Kepler ran for nine years – and it was an enormous success by anyone’s standards. It found over two thousand planets, with many more unconfirmed planet candidates. It found planetary systems with more than one planet. It found so-called “super-Earths,” which are planets that are only slightly bigger than Earth and which would have stronger gravity, but on which it would be possible to exist.
And Kepler found planets in what’s known as the “Goldilocks Zone,” which is to say not too hot, nor too cold, but rather just right for the conditions of Earth-based life. Indeed, the last decade has been thoroughly exciting for those of us who dream of travelling beyond the Solar System.
While the Kepler satellite and the scientific team have performed beyond all expectations, it is running dangerously low on fuel. Last week, NASA used the remaining fuel to orient the satellite so that it could transmit its data to Earth. Sadly, the Kepler satellite’s days are numbered.
However, fans of exoplanets do not need to despair. With the swan song of Kepler, TESS is keeping the hope of new space discoveries alive.
The satellite was launched in April and spent May using a flyby of the moon to jockey itself into the desired orbit. It even took its first photograph.
TESS uses the same technique as Kepler, but with a somewhat different emphasis. Kepler looked at a single patch of the sky. In contrast, TESS will cover about 85% of the stars visible to the naked eye from Earth. It will see about 400 times more of the sky than Kepler did.

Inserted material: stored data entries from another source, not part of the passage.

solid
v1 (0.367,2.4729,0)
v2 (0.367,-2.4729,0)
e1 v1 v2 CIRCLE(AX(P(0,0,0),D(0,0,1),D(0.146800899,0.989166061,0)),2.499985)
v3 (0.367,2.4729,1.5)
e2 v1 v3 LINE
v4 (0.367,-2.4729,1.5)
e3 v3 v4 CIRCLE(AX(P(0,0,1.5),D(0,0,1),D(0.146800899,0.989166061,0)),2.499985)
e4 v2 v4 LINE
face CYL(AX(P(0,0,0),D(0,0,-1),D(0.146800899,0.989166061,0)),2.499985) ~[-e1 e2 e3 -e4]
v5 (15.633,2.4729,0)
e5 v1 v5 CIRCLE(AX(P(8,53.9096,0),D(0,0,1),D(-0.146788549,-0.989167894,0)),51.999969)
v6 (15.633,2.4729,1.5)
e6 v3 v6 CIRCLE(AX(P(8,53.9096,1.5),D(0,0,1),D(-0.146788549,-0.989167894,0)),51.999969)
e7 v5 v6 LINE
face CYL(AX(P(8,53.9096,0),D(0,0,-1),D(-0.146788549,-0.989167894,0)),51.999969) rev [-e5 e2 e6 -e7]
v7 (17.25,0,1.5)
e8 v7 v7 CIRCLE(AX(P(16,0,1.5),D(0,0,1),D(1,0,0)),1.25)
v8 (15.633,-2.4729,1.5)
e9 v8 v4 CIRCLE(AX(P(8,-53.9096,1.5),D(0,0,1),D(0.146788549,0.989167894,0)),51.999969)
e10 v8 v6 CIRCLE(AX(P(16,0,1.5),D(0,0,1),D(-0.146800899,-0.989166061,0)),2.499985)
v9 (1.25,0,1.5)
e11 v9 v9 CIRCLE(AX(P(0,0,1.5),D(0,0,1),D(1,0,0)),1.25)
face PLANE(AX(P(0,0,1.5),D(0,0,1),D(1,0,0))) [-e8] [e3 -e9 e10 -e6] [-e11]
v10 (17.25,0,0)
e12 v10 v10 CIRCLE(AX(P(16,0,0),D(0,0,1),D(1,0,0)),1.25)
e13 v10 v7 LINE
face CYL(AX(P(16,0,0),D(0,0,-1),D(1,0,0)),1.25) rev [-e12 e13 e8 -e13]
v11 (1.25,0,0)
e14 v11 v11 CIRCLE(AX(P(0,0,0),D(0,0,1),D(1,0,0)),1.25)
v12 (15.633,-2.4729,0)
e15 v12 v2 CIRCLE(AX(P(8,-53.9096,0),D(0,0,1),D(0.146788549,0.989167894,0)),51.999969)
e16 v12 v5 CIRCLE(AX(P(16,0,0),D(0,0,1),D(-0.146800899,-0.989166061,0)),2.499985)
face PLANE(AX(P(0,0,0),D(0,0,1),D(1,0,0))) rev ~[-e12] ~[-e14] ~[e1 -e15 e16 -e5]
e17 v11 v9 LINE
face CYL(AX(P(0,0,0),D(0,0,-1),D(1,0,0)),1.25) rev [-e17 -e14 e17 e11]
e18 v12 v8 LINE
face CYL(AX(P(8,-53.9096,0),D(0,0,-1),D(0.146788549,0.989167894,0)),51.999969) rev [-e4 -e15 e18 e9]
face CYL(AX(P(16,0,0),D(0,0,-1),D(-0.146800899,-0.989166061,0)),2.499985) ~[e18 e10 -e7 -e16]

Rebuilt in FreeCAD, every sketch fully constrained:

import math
import FreeCAD as App
import Part
import Sketcher
from FreeCAD import Vector

doc = App.newDocument("Part")
body = doc.addObject("PartDesign::Body", "Body")

sketch1 = body.newObject("Sketcher::SketchObject", "Sketch")
sketch1.AttachmentSupport = (doc.getObject("XY_Plane"), [""])
sketch1.MapMode = "FlatFace"
sketch1.addGeometry([
    Part.ArcOfCircle(Part.Circle(Vector(8, 53.9, 0), Vector(0, 0, 1), 52), math.radians(-98.44), math.radians(-81.56)),
    Part.ArcOfCircle(Part.Circle(Vector(0, 0, 0), Vector(0, 0, 1), 2.5), math.radians(82), math.radians(278)),
    Part.ArcOfCircle(Part.Circle(Vector(8, -53.9, 0), Vector(0, 0, 1), 52), math.radians(81.56), math.radians(98.44)),
    Part.ArcOfCircle(Part.Circle(Vector(16, 0, 0), Vector(0, 0, 1), 2.5), math.radians(-98), math.radians(98)),
    Part.Circle(Vector(0, 0, 0), Vector(0, 0, 1), 1.2),
    Part.Circle(Vector(16, 0, 0), Vector(0, 0, 1), 1.2),
], False)
sketch1.addConstraint([
    Sketcher.Constraint("Tangent", 0, 1, 1, 1),
    Sketcher.Constraint("Tangent", 1, 2, 2, 2),
    Sketcher.Constraint("Tangent", 2, 1, 3, 1),
    Sketcher.Constraint("Tangent", 3, 2, 0, 2),
    Sketcher.Constraint("Coincident", 1, 3, -1, 1),
    Sketcher.Constraint("Coincident", 4, 3, -1, 1),
    Sketcher.Constraint("Coincident", 5, 3, 3, 3),
    Sketcher.Constraint("Equal", 0, 2),
    Sketcher.Constraint("Equal", 1, 3),
    Sketcher.Constraint("Equal", 4, 5),
    Sketcher.Constraint("PointOnObject", 3, 3, -1),
    Sketcher.Constraint("Radius", 0, 52.0),
    Sketcher.Constraint("Diameter", 4, 2.5),
    Sketcher.Constraint("Radius", 1, 2.5),
    Sketcher.Constraint("DistanceX", -1, 1, 3, 3, 16.0),
])
pad1 = body.newObject("PartDesign::Pad", "Pad")
pad1.Profile = sketch1
pad1.Length = 1.5

doc.recompute()
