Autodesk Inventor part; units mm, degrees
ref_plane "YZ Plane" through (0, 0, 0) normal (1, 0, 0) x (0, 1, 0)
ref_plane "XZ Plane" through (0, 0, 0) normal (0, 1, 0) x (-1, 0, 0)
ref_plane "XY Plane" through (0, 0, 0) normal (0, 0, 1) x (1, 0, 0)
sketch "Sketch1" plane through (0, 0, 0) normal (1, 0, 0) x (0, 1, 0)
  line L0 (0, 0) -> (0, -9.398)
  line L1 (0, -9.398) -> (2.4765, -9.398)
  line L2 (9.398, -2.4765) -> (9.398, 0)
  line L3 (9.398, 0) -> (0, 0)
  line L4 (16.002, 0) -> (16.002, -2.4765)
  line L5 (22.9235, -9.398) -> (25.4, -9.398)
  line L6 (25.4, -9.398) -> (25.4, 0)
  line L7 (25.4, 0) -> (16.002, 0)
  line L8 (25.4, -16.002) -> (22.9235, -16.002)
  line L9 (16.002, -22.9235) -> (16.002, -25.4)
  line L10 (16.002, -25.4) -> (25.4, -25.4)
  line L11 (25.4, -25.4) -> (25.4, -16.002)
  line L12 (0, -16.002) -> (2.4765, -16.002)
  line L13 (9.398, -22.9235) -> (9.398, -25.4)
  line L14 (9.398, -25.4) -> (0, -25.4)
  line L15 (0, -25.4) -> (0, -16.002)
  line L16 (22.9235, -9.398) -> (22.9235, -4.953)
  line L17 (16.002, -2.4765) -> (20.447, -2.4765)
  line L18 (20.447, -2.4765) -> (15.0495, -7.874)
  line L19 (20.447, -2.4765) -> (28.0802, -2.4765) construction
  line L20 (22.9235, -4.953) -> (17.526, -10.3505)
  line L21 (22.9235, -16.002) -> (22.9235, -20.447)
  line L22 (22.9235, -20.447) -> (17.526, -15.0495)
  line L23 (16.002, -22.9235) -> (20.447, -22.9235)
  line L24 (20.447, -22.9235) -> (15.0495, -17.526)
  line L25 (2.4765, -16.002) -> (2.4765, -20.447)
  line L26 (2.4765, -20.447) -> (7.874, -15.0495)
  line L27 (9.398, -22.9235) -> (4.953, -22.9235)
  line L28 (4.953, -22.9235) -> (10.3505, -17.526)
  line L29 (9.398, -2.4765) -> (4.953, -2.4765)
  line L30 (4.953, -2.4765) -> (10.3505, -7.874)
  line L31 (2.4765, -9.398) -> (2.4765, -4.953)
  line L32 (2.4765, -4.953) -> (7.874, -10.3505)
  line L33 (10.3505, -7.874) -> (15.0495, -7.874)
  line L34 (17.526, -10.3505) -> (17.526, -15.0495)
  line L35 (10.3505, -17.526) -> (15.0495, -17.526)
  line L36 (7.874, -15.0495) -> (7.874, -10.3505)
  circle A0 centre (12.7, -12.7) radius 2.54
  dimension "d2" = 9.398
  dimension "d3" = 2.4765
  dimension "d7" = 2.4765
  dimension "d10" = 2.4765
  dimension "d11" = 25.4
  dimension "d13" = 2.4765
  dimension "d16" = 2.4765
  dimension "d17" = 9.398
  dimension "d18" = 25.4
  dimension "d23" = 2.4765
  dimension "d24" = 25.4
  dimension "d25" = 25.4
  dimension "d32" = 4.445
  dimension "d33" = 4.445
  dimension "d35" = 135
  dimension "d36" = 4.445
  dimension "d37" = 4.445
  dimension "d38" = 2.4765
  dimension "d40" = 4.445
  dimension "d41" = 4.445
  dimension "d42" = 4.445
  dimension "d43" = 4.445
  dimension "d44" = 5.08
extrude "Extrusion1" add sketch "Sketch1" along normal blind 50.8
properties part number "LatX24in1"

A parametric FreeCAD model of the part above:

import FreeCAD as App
import Part
import Sketcher

V = App.Vector
Q = App.Units.Quantity


def add_polygon(sketch, points):
    """Adds a closed chain of lines whose ends are joined by coincident constraints."""
    first, n = sketch.GeometryCount, len(points)
    for a, b in zip(points, points[1:] + points[:1]):
        sketch.addGeometry(Part.LineSegment(App.Vector(*a, 0), App.Vector(*b, 0)), False)
    for i in range(n):
        sketch.addConstraint(Sketcher.Constraint("Coincident", first + i, 2, first + (i + 1) % n, 1))

doc = App.newDocument("Part")
body = doc.addObject("PartDesign::Body", "Body")

# Sketch on YZ plane
sketch1 = body.newObject("Sketcher::SketchObject", "Sketch")
sketch1.AttachmentSupport = (doc.getObject("YZ_Plane"), [""])
sketch1.MapMode = "FlatFace"
add_polygon(sketch1, [(9.4, 0), (0, 0), (0, -9.4), (2.5, -9.4), (2.5, -5), (7.9, -10.4), (7.9, -15), (2.5, -20.4), (2.5, -16), (0, -16), (0, -25.4), (9.4, -25.4), (9.4, -22.9), (5, -22.9), (10.4, -17.5), (15, -17.5), (20.4, -22.9), (16, -22.9), (16, -25.4), (25.4, -25.4), (25.4, -16), (22.9, -16), (22.9, -20.4), (17.5, -15), (17.5, -10.4), (22.9, -5), (22.9, -9.4), (25.4, -9.4), (25.4, 0), (16, 0), (16, -2.5), (20.4, -2.5), (15, -7.9), (10.4, -7.9), (5, -2.5), (9.4, -2.5)])  # lines 0-35
sketch1.addGeometry(Part.Circle(V(12.7, -12.7, 0), V(0, 0, 1), 2.5), False)  # 36
sketch1.addConstraint(Sketcher.Constraint("Horizontal", 0))
sketch1.addConstraint(Sketcher.Constraint("Vertical", 1))
sketch1.addConstraint(Sketcher.Constraint("Horizontal", 2))
sketch1.addConstraint(Sketcher.Constraint("Vertical", 3))
sketch1.addConstraint(Sketcher.Constraint("Vertical", 5))
sketch1.addConstraint(Sketcher.Constraint("Vertical", 7))
sketch1.addConstraint(Sketcher.Constraint("Horizontal", 8))
sketch1.addConstraint(Sketcher.Constraint("Vertical", 9))
sketch1.addConstraint(Sketcher.Constraint("Horizontal", 10))
sketch1.addConstraint(Sketcher.Constraint("Vertical", 11))
sketch1.addConstraint(Sketcher.Constraint("Horizontal", 12))
sketch1.addConstraint(Sketcher.Constraint("Horizontal", 14))
sketch1.addConstraint(Sketcher.Constraint("Horizontal", 16))
sketch1.addConstraint(Sketcher.Constraint("Vertical", 17))
sketch1.addConstraint(Sketcher.Constraint("Horizontal", 18))
sketch1.addConstraint(Sketcher.Constraint("Vertical", 19))
sketch1.addConstraint(Sketcher.Constraint("Horizontal", 20))
sketch1.addConstraint(Sketcher.Constraint("Vertical", 21))
sketch1.addConstraint(Sketcher.Constraint("Vertical", 23))
sketch1.addConstraint(Sketcher.Constraint("Vertical", 25))
sketch1.addConstraint(Sketcher.Constraint("Horizontal", 26))
sketch1.addConstraint(Sketcher.Constraint("Vertical", 27))
sketch1.addConstraint(Sketcher.Constraint("Horizontal", 28))
sketch1.addConstraint(Sketcher.Constraint("Vertical", 29))
sketch1.addConstraint(Sketcher.Constraint("Horizontal", 30))
sketch1.addConstraint(Sketcher.Constraint("Horizontal", 32))
sketch1.addConstraint(Sketcher.Constraint("Horizontal", 34))
sketch1.addConstraint(Sketcher.Constraint("Vertical", 35))
sketch1.addConstraint(Sketcher.Constraint("Coincident", 0, 2, -1, 1))
sketch1.addConstraint(Sketcher.Constraint("PointOnObject", 8, 2, -2))
sketch1.addConstraint(Sketcher.Constraint("PointOnObject", 27, 2, -1))
sketch1.addConstraint(Sketcher.Constraint("Perpendicular", 4, 6))
sketch1.addConstraint(Sketcher.Constraint("Parallel", 6, 13))
sketch1.addConstraint(Sketcher.Constraint("Perpendicular", 13, 15))
sketch1.addConstraint(Sketcher.Constraint("Parallel", 15, 22))
sketch1.addConstraint(Sketcher.Constraint("Perpendicular", 22, 24))
sketch1.addConstraint(Sketcher.Constraint("Parallel", 24, 31))
sketch1.addConstraint(Sketcher.Constraint("Perpendicular", 31, 33))
sketch1.addConstraint(Sketcher.Constraint("Horizontal", 12, 2, 15, 2))
sketch1.addConstraint(Sketcher.Constraint("Horizontal", 10, 2, 17, 2))
sketch1.addConstraint(Sketcher.Constraint("Horizontal", 8, 2, 19, 2))
sketch1.addConstraint(Sketcher.Constraint("Horizontal", 6, 2, 21, 2))
sketch1.addConstraint(Sketcher.Constraint("Horizontal", 5, 2, 22, 2))
sketch1.addConstraint(Sketcher.Constraint("Horizontal", 4, 2, 23, 2))
sketch1.addConstraint(Sketcher.Constraint("Horizontal", 3, 2, 24, 2))
sketch1.addConstraint(Sketcher.Constraint("Horizontal", 2, 2, 25, 2))
sketch1.addConstraint(Sketcher.Constraint("Horizontal", 30, 2, 33, 2))
sketch1.addConstraint(Sketcher.Constraint("Vertical", 3, 2, 6, 2))
sketch1.addConstraint(Sketcher.Constraint("Vertical", 21, 2, 24, 2))
sketch1.addConstraint(Sketcher.Constraint("Vertical", 19, 2, 26, 2))
sketch1.addConstraint(Sketcher.Constraint("Vertical", 17, 2, 28, 2))
sketch1.addConstraint(Sketcher.Constraint("Vertical", 15, 2, 30, 2))
sketch1.addConstraint(Sketcher.Constraint("Vertical", 14, 2, 31, 2))
sketch1.addConstraint(Sketcher.Constraint("Vertical", 13, 2, 32, 2))
sketch1.addConstraint(Sketcher.Constraint("Vertical", 11, 2, 34, 2))
sketch1.addConstraint(Sketcher.Constraint("Equal", 12, 16))
sketch1.addConstraint(Sketcher.Constraint("Equal", 10, 18))
sketch1.addConstraint(Sketcher.Constraint("Equal", 8, 20))
sketch1.addConstraint(Sketcher.Constraint("Equal", 28, 1))
sketch1.addConstraint(Sketcher.Constraint("Equal", 34, 3))
sketch1.addConstraint(Sketcher.Constraint("Equal", 32, 5))
sketch1.addConstraint(Sketcher.Constraint("Equal", 3, 7))
sketch1.addConstraint(Sketcher.Constraint("Equal", 1, 9))
sketch1.addConstraint(Sketcher.Constraint("Equal", 26, 11))
sketch1.addConstraint(Sketcher.Constraint("Equal", 17, 29))
sketch1.addConstraint(Sketcher.Constraint("Equal", 6, 13))
sketch1.addConstraint(Sketcher.Constraint("Diameter", 36, Q("0.2 in")))
sketch1.addConstraint(Sketcher.Constraint("DistanceY", 9, 2, -1, 1, Q("1 in")))
sketch1.addConstraint(Sketcher.Constraint("DistanceX", 0, 2, 0, 1, Q("0.37 in")))
sketch1.addConstraint(Sketcher.Constraint("DistanceX", 12, 2, 12, 1, Q("0.175 in")))
sketch1.addConstraint(Sketcher.Constraint("DistanceX", 2, 1, 2, 2, Q("0.0975 in")))
sketch1.addConstraint(Sketcher.Constraint("DistanceX", -1, 1, 36, 3, Q("0.5 in")))
sketch1.addConstraint(Sketcher.Constraint("DistanceY", 36, 3, -1, 1, Q("0.5 in")))
sketch1.addConstraint(Sketcher.Constraint("DistanceX", 14, 1, 14, 2, Q("0.185 in")))
pad1 = body.newObject("PartDesign::Pad", "Pad")
pad1.Profile = sketch1
pad1.Length = Q("2 in")

doc.recompute()
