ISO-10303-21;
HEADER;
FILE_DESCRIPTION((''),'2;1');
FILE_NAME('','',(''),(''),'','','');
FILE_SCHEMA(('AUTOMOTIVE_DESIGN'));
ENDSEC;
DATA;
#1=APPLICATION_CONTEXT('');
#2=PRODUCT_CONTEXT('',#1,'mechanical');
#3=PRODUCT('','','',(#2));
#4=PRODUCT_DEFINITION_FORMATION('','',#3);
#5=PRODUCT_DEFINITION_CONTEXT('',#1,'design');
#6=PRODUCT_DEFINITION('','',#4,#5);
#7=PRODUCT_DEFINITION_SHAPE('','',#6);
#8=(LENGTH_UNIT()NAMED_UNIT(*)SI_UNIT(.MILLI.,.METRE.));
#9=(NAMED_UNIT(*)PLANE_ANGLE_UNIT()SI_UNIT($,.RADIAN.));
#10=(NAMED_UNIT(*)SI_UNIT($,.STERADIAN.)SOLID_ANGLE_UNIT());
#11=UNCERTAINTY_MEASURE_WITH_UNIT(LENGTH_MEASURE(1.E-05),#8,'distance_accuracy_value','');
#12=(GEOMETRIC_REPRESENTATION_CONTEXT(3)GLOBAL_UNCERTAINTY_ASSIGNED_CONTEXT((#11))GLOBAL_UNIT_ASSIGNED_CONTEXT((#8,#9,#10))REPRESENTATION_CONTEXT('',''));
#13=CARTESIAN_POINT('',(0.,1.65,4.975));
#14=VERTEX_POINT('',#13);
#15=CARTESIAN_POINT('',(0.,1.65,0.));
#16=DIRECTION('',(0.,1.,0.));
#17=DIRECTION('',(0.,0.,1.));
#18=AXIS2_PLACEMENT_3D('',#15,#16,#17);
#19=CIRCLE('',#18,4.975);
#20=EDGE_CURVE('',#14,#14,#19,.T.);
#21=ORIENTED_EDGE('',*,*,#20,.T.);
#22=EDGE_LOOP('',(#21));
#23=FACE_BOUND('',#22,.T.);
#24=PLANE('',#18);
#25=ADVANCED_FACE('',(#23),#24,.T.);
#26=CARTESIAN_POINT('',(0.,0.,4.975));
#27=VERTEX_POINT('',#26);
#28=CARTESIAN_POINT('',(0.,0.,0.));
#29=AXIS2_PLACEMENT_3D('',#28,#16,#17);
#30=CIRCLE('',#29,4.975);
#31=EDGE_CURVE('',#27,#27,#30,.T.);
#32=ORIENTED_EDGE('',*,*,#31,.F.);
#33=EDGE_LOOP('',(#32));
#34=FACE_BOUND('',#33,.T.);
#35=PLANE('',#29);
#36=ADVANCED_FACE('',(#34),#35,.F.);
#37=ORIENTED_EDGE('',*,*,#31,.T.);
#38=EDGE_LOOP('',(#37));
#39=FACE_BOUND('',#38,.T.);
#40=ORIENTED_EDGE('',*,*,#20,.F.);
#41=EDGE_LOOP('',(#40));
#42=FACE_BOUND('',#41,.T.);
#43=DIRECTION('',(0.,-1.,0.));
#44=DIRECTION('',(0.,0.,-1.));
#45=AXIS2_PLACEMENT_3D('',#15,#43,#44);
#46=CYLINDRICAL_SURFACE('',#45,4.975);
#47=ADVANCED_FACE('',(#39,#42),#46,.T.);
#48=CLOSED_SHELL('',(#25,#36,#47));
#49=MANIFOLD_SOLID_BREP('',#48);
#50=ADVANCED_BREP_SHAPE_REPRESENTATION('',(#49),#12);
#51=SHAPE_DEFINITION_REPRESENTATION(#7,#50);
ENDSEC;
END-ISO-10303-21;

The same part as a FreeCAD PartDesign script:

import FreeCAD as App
import Part
import Sketcher

doc = App.newDocument("Part")
params = doc.addObject("Spreadsheet::Sheet", "Params")
for row, (alias, value) in enumerate([
    ("sketch1_diameter", "9.95 mm"),
    ("pad1_length", "1.65 mm"),
], start=1):
    params.set(f"A{row}", alias)
    params.set(f"B{row}", "=" + value)
    params.setAlias(f"B{row}", alias)

body = doc.addObject("PartDesign::Body", "Body")

sketch1 = body.newObject("Sketcher::SketchObject", "Sketch")
sketch1.AttachmentSupport = (doc.getObject("XZ_Plane"), [""])
sketch1.MapMode = "FlatFace"
sketch1.addGeometry(Part.Circle(App.Vector(0, 0, 0), App.Vector(0, 0, 1), 5), False)
sketch1.addConstraint(Sketcher.Constraint("Coincident", 0, 3, -1, 1))
sketch1.addConstraint(Sketcher.Constraint("Diameter", 0, 9.95))
sketch1.setExpression("Constraints[1]", "Params.sketch1_diameter")
pad1 = body.newObject("PartDesign::Pad", "Pad")
pad1.Profile = sketch1
pad1.setExpression("Length", "Params.pad1_length")
pad1.Reversed = True

doc.recompute()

In addition, TESS will concentrate on nearby bright stars, with a special focus on ones similar to our sun. In fact, it will inspect nearly all of the stars that can be seen under a clear and isolated night sky, as well as a few hundred thousand more.
While TESS is designed to look for the existence of planets, the capabilities of its telescopes are dwarfed by far more powerful instruments here on Earth, as well as the space-based Hubble telescope and its successor the James Webb Space Telescope. With the help of these larger facilities, scientists will be able to image and study the atmospheres of the planets discovered by TESS. It’s reasonable to expect that we will be able to identify planets with water and oxygen on them, if they exist.
TESS is currently in the shakedown phase that accompanies any big science mission. We can expect, relatively soon, a “first light” image, an astronomer’s term for the first image that is good enough to show people outside the collaboration.
TESS is designed to run for two years, and is expected to identify perhaps a thousand exoplanets during this initial observation period. However, its insertion into its final orbit was very successful, leaving it with ample fuel reserves. Like the Kepler satellite before it, it is quite likely that it will operate longer than is planned.
For centuries, humanity has been fascinated by the stars and the prospect of life elsewhere in the universe. It’s only been relatively recently that we can talk seriously about finding specific nearby stars around which circles a sibling of Earth, perhaps with its own unique ecosystem. When TESS begins operations in the near future, it’s quite possible that we will soon go from dreaming to knowing.